- _Task brief_
Every line below between the one holding "# Эскиз3 → Бобышка-Вытянуть3 (add)" and the one holding "extrude(amount=EXTRUDE_4_DEPTH)", inclusive, should be copied exactly, and no other line.

━━━━━━

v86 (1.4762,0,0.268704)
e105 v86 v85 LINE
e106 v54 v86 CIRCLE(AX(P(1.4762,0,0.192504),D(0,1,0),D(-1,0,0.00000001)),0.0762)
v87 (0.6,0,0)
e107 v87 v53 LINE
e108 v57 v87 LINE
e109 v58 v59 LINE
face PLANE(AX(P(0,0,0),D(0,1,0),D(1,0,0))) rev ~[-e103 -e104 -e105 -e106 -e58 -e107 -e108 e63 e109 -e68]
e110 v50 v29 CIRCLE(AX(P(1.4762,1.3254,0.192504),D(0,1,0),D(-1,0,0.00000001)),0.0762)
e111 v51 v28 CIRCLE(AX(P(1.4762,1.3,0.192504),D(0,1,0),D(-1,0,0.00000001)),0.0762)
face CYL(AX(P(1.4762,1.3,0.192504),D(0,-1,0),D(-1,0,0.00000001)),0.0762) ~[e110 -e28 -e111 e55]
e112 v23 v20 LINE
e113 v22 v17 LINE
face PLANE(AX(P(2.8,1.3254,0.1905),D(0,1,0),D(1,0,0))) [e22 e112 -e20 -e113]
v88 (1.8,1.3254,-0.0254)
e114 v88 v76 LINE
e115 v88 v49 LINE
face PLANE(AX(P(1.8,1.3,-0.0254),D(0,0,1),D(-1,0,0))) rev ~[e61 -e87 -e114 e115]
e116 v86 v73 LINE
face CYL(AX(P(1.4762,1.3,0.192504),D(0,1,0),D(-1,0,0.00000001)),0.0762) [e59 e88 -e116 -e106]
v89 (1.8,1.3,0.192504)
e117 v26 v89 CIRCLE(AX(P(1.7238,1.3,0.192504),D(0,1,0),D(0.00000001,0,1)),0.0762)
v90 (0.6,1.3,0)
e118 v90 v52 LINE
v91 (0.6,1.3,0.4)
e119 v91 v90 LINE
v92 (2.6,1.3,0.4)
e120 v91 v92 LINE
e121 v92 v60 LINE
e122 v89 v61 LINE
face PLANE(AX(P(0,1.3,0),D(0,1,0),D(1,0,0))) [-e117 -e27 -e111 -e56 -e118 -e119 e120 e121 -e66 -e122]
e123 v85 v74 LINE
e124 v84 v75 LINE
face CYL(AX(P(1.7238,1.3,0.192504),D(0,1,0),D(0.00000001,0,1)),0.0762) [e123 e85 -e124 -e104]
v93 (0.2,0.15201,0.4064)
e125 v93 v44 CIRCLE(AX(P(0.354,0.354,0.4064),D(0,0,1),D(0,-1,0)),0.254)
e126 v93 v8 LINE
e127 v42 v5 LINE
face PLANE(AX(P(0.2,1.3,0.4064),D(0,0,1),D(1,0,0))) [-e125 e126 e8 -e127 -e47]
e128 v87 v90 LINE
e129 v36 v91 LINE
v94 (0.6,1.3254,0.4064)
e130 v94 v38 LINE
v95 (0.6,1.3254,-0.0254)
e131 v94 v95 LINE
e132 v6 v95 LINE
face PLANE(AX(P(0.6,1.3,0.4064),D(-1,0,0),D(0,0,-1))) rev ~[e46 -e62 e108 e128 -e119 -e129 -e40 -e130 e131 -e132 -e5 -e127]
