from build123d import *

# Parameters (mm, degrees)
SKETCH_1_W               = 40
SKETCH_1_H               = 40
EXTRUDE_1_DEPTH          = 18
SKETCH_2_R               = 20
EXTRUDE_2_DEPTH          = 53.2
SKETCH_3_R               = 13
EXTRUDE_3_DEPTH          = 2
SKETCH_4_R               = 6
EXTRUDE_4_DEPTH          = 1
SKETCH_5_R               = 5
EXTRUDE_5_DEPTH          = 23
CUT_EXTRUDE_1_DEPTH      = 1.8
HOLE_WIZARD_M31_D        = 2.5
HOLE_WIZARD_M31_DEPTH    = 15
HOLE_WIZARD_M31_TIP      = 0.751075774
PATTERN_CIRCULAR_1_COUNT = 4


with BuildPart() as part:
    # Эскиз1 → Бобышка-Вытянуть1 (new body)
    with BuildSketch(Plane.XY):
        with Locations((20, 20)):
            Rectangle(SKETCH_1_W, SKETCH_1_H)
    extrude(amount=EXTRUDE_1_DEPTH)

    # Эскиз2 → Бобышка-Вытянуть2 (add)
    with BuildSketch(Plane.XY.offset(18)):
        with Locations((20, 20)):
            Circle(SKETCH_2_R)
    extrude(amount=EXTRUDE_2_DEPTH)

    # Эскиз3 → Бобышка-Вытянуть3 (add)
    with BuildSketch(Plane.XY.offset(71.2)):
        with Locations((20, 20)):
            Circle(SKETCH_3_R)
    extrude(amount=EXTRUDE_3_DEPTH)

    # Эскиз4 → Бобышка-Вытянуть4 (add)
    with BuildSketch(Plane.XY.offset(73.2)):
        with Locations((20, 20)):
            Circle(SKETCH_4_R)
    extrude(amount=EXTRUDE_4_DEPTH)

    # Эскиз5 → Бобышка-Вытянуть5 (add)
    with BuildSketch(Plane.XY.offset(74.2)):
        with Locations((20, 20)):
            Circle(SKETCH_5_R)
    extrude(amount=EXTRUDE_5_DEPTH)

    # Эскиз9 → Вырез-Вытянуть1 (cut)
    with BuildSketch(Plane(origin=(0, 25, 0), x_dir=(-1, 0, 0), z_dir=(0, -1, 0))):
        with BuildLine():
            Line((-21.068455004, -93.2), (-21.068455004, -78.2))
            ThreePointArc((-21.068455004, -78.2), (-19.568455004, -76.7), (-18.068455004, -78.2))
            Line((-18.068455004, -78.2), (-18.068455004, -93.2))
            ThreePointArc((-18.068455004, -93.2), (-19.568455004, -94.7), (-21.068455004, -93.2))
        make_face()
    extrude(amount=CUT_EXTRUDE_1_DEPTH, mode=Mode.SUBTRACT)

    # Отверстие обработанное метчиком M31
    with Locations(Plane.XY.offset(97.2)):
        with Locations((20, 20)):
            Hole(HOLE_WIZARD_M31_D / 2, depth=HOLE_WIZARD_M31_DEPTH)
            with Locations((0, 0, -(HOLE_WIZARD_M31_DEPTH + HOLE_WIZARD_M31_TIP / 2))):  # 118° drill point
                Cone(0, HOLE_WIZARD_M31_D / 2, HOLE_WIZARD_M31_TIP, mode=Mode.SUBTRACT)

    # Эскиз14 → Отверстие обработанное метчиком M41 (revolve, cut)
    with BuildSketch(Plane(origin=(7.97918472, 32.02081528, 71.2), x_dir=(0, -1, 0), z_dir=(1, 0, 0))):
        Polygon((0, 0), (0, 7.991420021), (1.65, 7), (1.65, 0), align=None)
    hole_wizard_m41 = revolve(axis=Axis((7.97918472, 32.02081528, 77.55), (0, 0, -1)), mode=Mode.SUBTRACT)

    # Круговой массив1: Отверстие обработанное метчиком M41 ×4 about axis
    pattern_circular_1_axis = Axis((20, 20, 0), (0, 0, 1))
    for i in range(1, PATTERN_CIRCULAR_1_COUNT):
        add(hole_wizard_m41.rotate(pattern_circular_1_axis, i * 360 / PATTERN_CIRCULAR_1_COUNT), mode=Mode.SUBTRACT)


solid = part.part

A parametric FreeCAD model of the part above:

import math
import FreeCAD as App
import Part
import Sketcher
Q = App.Units.Quantity

doc = App.newDocument("Part")
body = doc.addObject("PartDesign::Body", "Body")

sketch1 = body.newObject("Sketcher::SketchObject", "Sketch")
sketch1.AttachmentSupport = (doc.getObject("XY_Plane"), [""])
sketch1.MapMode = "FlatFace"
sketch1.addGeometry(Part.LineSegment(App.Vector(0, 40, 0), App.Vector(0, 0, 0)), False)
sketch1.addGeometry(Part.LineSegment(App.Vector(0, 0, 0), App.Vector(40, 0, 0)), False)
sketch1.addGeometry(Part.LineSegment(App.Vector(40, 0, 0), App.Vector(40, 40, 0)), False)
sketch1.addGeometry(Part.LineSegment(App.Vector(40, 40, 0), App.Vector(0, 40, 0)), False)
sketch1.addConstraint(Sketcher.Constraint("Coincident", 0, 2, 1, 1))
sketch1.addConstraint(Sketcher.Constraint("Coincident", 1, 2, 2, 1))
sketch1.addConstraint(Sketcher.Constraint("Coincident", 2, 2, 3, 1))
sketch1.addConstraint(Sketcher.Constraint("Coincident", 3, 2, 0, 1))
sketch1.addConstraint(Sketcher.Constraint("Vertical", 0))
sketch1.addConstraint(Sketcher.Constraint("Horizontal", 1))
sketch1.addConstraint(Sketcher.Constraint("Vertical", 2))
sketch1.addConstraint(Sketcher.Constraint("Horizontal", 3))
sketch1.addConstraint(Sketcher.Constraint("Coincident", 0, 2, -1, 1))
sketch1.addConstraint(Sketcher.Constraint("Equal", 3, 0))
sketch1.addConstraint(Sketcher.Constraint("DistanceX", 1, 1, 1, 2, 40.0))
pad1 = body.newObject("PartDesign::Pad", "Pad")
pad1.Profile = sketch1
pad1.Length = 18

sketch2 = body.newObject("Sketcher::SketchObject", "Sketch001")
sketch2.AttachmentSupport = (doc.getObject("XY_Plane"), [""])
sketch2.MapMode = "FlatFace"
sketch2.AttachmentOffset = App.Placement(App.Vector(0, 0, 18), App.Rotation())
sketch2.addGeometry(Part.Circle(App.Vector(20, 20, 0), App.Vector(0, 0, 1), 20), False)
sketch2.addConstraint(Sketcher.Constraint("Diameter", 0, 40.0))
sketch2.addConstraint(Sketcher.Constraint("DistanceX", -1, 1, 0, 3, 20.0))
sketch2.addConstraint(Sketcher.Constraint("DistanceY", -1, 1, 0, 3, 20.0))
pad2 = body.newObject("PartDesign::Pad", "Pad001")
pad2.Profile = sketch2
pad2.Length = 53.2

sketch3 = body.newObject("Sketcher::SketchObject", "Sketch002")
sketch3.AttachmentSupport = (doc.getObject("XY_Plane"), [""])
sketch3.MapMode = "FlatFace"
sketch3.AttachmentOffset = App.Placement(App.Vector(0, 0, 71.2), App.Rotation())
sketch3.addGeometry(Part.Circle(App.Vector(20, 20, 0), App.Vector(0, 0, 1), 13), False)
sketch3.addConstraint(Sketcher.Constraint("Diameter", 0, 26.0))
sketch3.addConstraint(Sketcher.Constraint("DistanceX", -1, 1, 0, 3, 20.0))
sketch3.addConstraint(Sketcher.Constraint("DistanceY", -1, 1, 0, 3, 20.0))
pad3 = body.newObject("PartDesign::Pad", "Pad002")
pad3.Profile = sketch3
pad3.Length = 2

sketch4 = body.newObject("Sketcher::SketchObject", "Sketch003")
sketch4.AttachmentSupport = (doc.getObject("XY_Plane"), [""])
sketch4.MapMode = "FlatFace"
sketch4.AttachmentOffset = App.Placement(App.Vector(0, 0, 73.2), App.Rotation())
sketch4.addGeometry(Part.Circle(App.Vector(20, 20, 0), App.Vector(0, 0, 1), 6), False)
sketch4.addConstraint(Sketcher.Constraint("Diameter", 0, 12.0))
sketch4.addConstraint(Sketcher.Constraint("DistanceX", -1, 1, 0, 3, 20.0))
sketch4.addConstraint(Sketcher.Constraint("DistanceY", -1, 1, 0, 3, 20.0))
pad4 = body.newObject("PartDesign::Pad", "Pad003")
pad4.Profile = sketch4
pad4.Length = 1

sketch5 = body.newObject("Sketcher::SketchObject", "Sketch004")
sketch5.AttachmentSupport = (doc.getObject("XY_Plane"), [""])
sketch5.MapMode = "FlatFace"
sketch5.AttachmentOffset = App.Placement(App.Vector(0, 0, 74.2), App.Rotation())
sketch5.addGeometry(Part.Circle(App.Vector(20, 20, 0), App.Vector(0, 0, 1), 5), False)
sketch5.addConstraint(Sketcher.Constraint("Diameter", 0, 10.0))
sketch5.addConstraint(Sketcher.Constraint("DistanceX", -1, 1, 0, 3, 20.0))
sketch5.addConstraint(Sketcher.Constraint("DistanceY", -1, 1, 0, 3, 20.0))
pad5 = body.newObject("PartDesign::Pad", "Pad004")
pad5.Profile = sketch5
pad5.Length = 23

sketch6 = body.newObject("Sketcher::SketchObject", "Sketch005")
sketch6.AttachmentSupport = (doc.getObject("XZ_Plane"), [""])
sketch6.MapMode = "FlatFace"
sketch6.AttachmentOffset = App.Placement(App.Vector(0, 0, -25), App.Rotation())
sketch6.addGeometry(Part.LineSegment(App.Vector(21.068455, 78.2, 0), App.Vector(21.068455, 93.2, 0)), False)
sketch6.addGeometry(Part.ArcOfCircle(Part.Circle(App.Vector(19.568455, 93.2, 0), App.Vector(0, 0, 1), 1.5), math.radians(0), math.radians(180)), False)
sketch6.addGeometry(Part.LineSegment(App.Vector(18.068455, 93.2, 0), App.Vector(18.068455, 78.2, 0)), False)
sketch6.addGeometry(Part.ArcOfCircle(Part.Circle(App.Vector(19.568455, 78.2, 0), App.Vector(0, 0, 1), 1.5), math.radians(180), math.radians(360)), False)
sketch6.addConstraint(Sketcher.Constraint("Tangent", 0, 2, 1, 1))
sketch6.addConstraint(Sketcher.Constraint("Tangent", 1, 2, 2, 1))
sketch6.addConstraint(Sketcher.Constraint("Tangent", 2, 2, 3, 1))
sketch6.addConstraint(Sketcher.Constraint("Tangent", 3, 2, 0, 1))
sketch6.addConstraint(Sketcher.Constraint("Vertical", 0))
sketch6.addConstraint(Sketcher.Constraint("Vertical", 2))
sketch6.addConstraint(Sketcher.Constraint("Radius", 1, 1.5))
sketch6.addConstraint(Sketcher.Constraint("DistanceY", 0, 1, 0, 2, 15.0))
sketch6.addConstraint(Sketcher.Constraint("DistanceY", -1, 1, 1, 3, 93.2))
sketch6.addConstraint(Sketcher.Constraint("DistanceX", -1, 1, 1, 3, 19.568455))
pocket1 = body.newObject("PartDesign::Pocket", "Pocket")
pocket1.Profile = sketch6
pocket1.Length = 1.8
pocket1.Reversed = True

sketch7 = body.newObject("Sketcher::SketchObject", "Sketch006")
sketch7.AttachmentSupport = (doc.getObject("XY_Plane"), [""])
sketch7.MapMode = "FlatFace"
sketch7.AttachmentOffset = App.Placement(App.Vector(0, 0, 97.2), App.Rotation())
sketch7.addGeometry(Part.Circle(App.Vector(20, 20, 0), App.Vector(0, 0, 1), 1.25), False)
sketch7.addConstraint(Sketcher.Constraint("Diameter", 0, 2.5))
sketch7.addConstraint(Sketcher.Constraint("DistanceX", -1, 1, 0, 3, 20.0))
sketch7.addConstraint(Sketcher.Constraint("DistanceY", -1, 1, 0, 3, 20.0))
doc.recompute()
hole = body.newObject("PartDesign::Hole", "Hole")
hole.Profile = sketch7
hole.ThreadType = "None"
hole.Diameter = 2.5
hole.DepthType = "Dimension"
hole.Depth = 15
hole.DrillPoint = "Angled"
hole.DrillPointAngle = 118

sketch8 = body.newObject("Sketcher::SketchObject", "Sketch007")
sketch8.AttachmentSupport = (doc.getObject("YZ_Plane"), [""])
sketch8.MapMode = "FlatFace"
sketch8.AttachmentOffset = App.Placement(App.Vector(0, 0, 7.979185), App.Rotation())
sketch8.addGeometry(Part.LineSegment(App.Vector(32.020815, 63.20858, 0), App.Vector(32.020815, 71.2, 0)), False)
sketch8.addGeometry(Part.LineSegment(App.Vector(32.020815, 71.2, 0), App.Vector(30.370815, 71.2, 0)), False)
sketch8.addGeometry(Part.LineSegment(App.Vector(30.370815, 71.2, 0), App.Vector(30.370815, 64.2, 0)), False)
sketch8.addGeometry(Part.LineSegment(App.Vector(30.370815, 64.2, 0), App.Vector(32.020815, 63.20858, 0)), False)
sketch8.addGeometry(Part.LineSegment(App.Vector(32.020815, 71.2, 0), App.Vector(32.020815, 63.20858, 0)), True)
sketch8.addConstraint(Sketcher.Constraint("Coincident", 0, 2, 1, 1))
sketch8.addConstraint(Sketcher.Constraint("Coincident", 1, 2, 2, 1))
sketch8.addConstraint(Sketcher.Constraint("Coincident", 2, 2, 3, 1))
sketch8.addConstraint(Sketcher.Constraint("Coincident", 3, 2, 0, 1))
sketch8.addConstraint(Sketcher.Constraint("Vertical", 0))
sketch8.addConstraint(Sketcher.Constraint("Horizontal", 1))
sketch8.addConstraint(Sketcher.Constraint("Vertical", 2))
sketch8.addConstraint(Sketcher.Constraint("Vertical", 4))
sketch8.addConstraint(Sketcher.Constraint("Coincident", 4, 1, 0, 2))
sketch8.addConstraint(Sketcher.Constraint("Equal", 0, 4))
sketch8.addConstraint(Sketcher.Constraint("DistanceY", 2, 2, 2, 1, 7.0))
sketch8.addConstraint(Sketcher.Constraint("Angle", 3, Q("-31 deg")))
sketch8.addConstraint(Sketcher.Constraint("DistanceX", 1, 2, 1, 1, 1.65))
sketch8.addConstraint(Sketcher.Constraint("DistanceY", -1, 1, 0, 2, 71.2))
sketch8.addConstraint(Sketcher.Constraint("DistanceX", -1, 1, 0, 2, 32.020815))
groove = body.newObject("PartDesign::Groove", "Groove")
groove.Profile = sketch8
groove.ReferenceAxis = (sketch8, ["Axis0"])
groove.Angle = 360
doc.recompute()

datumline = body.newObject("PartDesign::Line", "DatumLine")
datumline.Placement = App.Placement(App.Vector(20, 20, 0), App.Rotation(App.Vector(0, 0, 1), App.Vector(0, 0, 1)))
polarpattern = body.newObject("PartDesign::PolarPattern", "PolarPattern")
polarpattern.Originals = [groove]
polarpattern.Axis = (datumline, [""])
polarpattern.Angle = 360
polarpattern.Occurrences = 4
body.Tip = polarpattern

doc.recompute()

━━━━━━

- _Solved exercise_
    # Эскиз3 → Бобышка-Вытянуть3 (add)
    with BuildSketch(Plane.XY.offset(71.2)):
        with Locations((20, 20)):
            Circle(SKETCH_3_R)
    extrude(amount=EXTRUDE_3_DEPTH)

    # Эскиз4 → Бобышка-Вытянуть4 (add)
    with BuildSketch(Plane.XY.offset(73.2)):
        with Locations((20, 20)):
            Circle(SKETCH_4_R)
    extrude(amount=EXTRUDE_4_DEPTH)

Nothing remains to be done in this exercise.